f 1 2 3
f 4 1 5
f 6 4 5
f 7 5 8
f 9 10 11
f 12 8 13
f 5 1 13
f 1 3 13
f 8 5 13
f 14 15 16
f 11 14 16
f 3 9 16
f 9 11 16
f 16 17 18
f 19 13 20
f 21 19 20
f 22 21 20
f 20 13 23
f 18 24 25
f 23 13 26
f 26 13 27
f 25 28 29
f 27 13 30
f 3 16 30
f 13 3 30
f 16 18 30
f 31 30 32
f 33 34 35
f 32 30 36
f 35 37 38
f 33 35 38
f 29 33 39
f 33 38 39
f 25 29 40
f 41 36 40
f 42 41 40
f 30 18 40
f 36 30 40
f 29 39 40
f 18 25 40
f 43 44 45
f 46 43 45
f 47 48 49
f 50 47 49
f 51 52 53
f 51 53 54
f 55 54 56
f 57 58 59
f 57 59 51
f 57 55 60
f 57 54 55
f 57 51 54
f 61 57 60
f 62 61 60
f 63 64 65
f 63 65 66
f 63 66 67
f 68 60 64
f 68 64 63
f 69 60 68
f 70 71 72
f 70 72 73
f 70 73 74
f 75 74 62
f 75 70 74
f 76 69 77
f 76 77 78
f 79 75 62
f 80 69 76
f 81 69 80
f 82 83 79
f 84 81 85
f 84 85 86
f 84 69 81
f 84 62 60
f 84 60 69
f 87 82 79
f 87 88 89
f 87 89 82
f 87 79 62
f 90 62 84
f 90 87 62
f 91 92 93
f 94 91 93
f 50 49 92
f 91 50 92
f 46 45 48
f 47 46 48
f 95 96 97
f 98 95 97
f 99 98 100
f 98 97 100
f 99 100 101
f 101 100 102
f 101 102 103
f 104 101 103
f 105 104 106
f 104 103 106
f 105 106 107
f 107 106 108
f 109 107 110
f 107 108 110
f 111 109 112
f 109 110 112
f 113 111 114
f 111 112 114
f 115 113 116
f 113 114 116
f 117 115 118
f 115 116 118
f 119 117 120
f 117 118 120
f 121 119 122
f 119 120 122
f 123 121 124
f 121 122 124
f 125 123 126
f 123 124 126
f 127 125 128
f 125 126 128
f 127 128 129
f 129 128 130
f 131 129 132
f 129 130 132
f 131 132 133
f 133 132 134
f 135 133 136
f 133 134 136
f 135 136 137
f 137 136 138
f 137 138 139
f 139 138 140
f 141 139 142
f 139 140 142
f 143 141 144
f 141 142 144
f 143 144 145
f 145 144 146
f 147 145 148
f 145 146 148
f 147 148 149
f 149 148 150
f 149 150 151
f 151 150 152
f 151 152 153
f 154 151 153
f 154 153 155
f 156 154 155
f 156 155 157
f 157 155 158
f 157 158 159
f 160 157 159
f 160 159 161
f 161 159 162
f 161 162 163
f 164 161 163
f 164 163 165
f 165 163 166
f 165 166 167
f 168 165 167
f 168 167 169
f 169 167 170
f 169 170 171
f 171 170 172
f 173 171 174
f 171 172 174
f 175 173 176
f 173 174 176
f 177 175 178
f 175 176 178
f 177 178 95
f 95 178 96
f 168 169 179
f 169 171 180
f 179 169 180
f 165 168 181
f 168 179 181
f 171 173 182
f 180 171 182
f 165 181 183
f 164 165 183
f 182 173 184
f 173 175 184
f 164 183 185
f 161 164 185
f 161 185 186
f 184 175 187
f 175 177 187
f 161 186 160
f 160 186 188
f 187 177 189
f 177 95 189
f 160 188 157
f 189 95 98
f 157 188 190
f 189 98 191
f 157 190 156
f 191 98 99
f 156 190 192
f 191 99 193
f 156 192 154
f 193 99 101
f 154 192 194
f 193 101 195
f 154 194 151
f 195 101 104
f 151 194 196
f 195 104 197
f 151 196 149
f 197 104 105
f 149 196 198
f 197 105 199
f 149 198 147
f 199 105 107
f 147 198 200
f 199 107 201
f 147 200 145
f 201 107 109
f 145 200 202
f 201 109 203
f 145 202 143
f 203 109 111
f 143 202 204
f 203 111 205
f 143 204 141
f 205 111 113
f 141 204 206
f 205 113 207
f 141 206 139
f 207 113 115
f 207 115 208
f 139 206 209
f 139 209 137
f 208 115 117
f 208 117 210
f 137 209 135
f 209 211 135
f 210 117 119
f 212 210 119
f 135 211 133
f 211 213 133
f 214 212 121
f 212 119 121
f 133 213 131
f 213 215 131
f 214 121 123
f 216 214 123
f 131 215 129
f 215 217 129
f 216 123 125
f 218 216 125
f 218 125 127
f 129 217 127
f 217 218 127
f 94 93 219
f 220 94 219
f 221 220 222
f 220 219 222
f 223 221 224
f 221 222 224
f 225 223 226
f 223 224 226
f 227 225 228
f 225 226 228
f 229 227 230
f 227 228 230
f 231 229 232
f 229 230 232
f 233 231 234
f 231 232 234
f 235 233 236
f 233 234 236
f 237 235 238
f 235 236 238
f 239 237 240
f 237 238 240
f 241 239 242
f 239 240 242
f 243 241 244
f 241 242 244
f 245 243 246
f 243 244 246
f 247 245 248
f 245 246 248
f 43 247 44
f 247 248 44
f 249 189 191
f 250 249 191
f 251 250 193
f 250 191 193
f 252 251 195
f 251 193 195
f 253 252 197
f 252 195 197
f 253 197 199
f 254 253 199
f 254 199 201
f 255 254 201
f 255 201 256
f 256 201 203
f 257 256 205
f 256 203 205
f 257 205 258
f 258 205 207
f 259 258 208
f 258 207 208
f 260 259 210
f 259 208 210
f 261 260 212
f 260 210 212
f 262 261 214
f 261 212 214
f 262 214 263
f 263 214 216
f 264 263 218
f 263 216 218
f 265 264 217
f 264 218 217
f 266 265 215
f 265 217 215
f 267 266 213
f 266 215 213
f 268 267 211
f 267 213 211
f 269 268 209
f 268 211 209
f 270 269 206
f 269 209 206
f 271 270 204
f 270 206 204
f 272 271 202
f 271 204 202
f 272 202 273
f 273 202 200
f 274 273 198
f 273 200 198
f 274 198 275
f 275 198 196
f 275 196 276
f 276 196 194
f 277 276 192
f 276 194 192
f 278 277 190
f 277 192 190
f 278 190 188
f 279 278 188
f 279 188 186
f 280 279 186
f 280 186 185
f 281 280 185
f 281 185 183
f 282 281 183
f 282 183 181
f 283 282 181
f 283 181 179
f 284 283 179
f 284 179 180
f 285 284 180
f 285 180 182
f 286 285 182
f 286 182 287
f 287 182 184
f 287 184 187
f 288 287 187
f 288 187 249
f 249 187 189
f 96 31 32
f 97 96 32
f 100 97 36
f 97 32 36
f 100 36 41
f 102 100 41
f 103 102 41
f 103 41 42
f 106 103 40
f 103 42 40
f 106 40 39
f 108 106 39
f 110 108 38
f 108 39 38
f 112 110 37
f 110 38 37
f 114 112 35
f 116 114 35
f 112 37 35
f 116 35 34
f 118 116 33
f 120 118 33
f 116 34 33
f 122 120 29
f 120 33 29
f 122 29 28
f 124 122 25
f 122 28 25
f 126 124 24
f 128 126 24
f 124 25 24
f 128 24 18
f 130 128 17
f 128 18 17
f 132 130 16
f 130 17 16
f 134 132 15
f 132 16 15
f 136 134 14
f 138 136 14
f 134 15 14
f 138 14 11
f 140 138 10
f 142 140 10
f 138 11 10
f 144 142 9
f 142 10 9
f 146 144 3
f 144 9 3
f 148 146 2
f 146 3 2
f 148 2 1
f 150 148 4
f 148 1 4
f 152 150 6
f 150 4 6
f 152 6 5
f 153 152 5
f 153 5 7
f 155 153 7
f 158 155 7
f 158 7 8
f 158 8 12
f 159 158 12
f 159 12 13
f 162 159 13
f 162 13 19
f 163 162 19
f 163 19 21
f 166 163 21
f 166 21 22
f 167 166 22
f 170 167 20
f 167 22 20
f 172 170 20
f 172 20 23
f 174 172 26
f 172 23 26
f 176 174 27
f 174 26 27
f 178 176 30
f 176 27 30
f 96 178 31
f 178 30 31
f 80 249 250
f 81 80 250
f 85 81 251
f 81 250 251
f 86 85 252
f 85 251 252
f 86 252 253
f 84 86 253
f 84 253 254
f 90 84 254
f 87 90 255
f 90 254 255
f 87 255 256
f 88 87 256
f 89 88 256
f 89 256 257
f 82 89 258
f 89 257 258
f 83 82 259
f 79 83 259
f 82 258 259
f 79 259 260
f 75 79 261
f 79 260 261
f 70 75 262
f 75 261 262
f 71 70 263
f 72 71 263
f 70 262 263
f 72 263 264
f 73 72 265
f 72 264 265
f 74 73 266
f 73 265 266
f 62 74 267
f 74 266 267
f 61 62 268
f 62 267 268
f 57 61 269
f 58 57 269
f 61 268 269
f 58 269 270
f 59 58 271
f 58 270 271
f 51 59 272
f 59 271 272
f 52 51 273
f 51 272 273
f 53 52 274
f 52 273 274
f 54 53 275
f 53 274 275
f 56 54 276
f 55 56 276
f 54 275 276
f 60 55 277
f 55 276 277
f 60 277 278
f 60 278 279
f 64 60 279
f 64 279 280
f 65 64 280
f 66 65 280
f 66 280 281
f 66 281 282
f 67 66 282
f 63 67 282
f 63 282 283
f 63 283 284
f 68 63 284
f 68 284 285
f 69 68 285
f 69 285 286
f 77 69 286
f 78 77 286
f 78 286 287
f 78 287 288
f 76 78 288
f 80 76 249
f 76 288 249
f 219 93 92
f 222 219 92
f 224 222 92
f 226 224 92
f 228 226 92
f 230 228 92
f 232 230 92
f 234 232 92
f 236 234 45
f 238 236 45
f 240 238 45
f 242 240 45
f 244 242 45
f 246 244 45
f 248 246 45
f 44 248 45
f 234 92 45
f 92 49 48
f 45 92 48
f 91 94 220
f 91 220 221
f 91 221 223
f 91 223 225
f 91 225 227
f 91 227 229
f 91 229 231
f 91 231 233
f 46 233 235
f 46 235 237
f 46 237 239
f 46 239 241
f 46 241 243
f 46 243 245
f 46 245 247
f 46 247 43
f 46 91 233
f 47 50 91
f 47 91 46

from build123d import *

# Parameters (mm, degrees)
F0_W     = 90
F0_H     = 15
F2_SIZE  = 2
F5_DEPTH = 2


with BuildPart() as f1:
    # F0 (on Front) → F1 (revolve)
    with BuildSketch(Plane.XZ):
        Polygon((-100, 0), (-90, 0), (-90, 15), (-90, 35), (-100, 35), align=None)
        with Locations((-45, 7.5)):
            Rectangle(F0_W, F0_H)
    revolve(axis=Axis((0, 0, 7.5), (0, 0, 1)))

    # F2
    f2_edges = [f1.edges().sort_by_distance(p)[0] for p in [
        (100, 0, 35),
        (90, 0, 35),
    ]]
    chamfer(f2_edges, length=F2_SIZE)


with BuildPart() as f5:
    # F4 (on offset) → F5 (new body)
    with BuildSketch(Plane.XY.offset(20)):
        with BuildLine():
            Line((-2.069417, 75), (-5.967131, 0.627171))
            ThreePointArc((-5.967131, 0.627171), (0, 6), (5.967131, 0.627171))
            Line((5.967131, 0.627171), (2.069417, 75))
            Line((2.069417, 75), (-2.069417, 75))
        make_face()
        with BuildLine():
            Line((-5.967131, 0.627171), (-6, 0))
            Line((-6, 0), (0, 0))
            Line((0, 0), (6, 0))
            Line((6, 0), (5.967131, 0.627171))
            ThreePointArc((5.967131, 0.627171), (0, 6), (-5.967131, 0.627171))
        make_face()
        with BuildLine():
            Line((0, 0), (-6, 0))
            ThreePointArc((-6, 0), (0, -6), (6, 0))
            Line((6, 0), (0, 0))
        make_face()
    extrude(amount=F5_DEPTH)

* * * *

● Problem statement: Set down, exactly as they stand above, the lines starting with the line with "f 91 221 223" and going on through the line with "f2_edges = [f1.edges().sort_by_distance(p)[0]", and no others.

● Task solution:
f 91 221 223
f 91 223 225
f 91 225 227
f 91 227 229
f 91 229 231
f 91 231 233
f 46 233 235
f 46 235 237
f 46 237 239
f 46 239 241
f 46 241 243
f 46 243 245
f 46 245 247
f 46 247 43
f 46 91 233
f 47 50 91
f 47 91 46

from build123d import *

# Parameters (mm, degrees)
F0_W     = 90
F0_H     = 15
F2_SIZE  = 2
F5_DEPTH = 2


with BuildPart() as f1:
    # F0 (on Front) → F1 (revolve)
    with BuildSketch(Plane.XZ):
        Polygon((-100, 0), (-90, 0), (-90, 15), (-90, 35), (-100, 35), align=None)
        with Locations((-45, 7.5)):
            Rectangle(F0_W, F0_H)
    revolve(axis=Axis((0, 0, 7.5), (0, 0, 1)))

    # F2
    f2_edges = [f1.edges().sort_by_distance(p)[0] for p in [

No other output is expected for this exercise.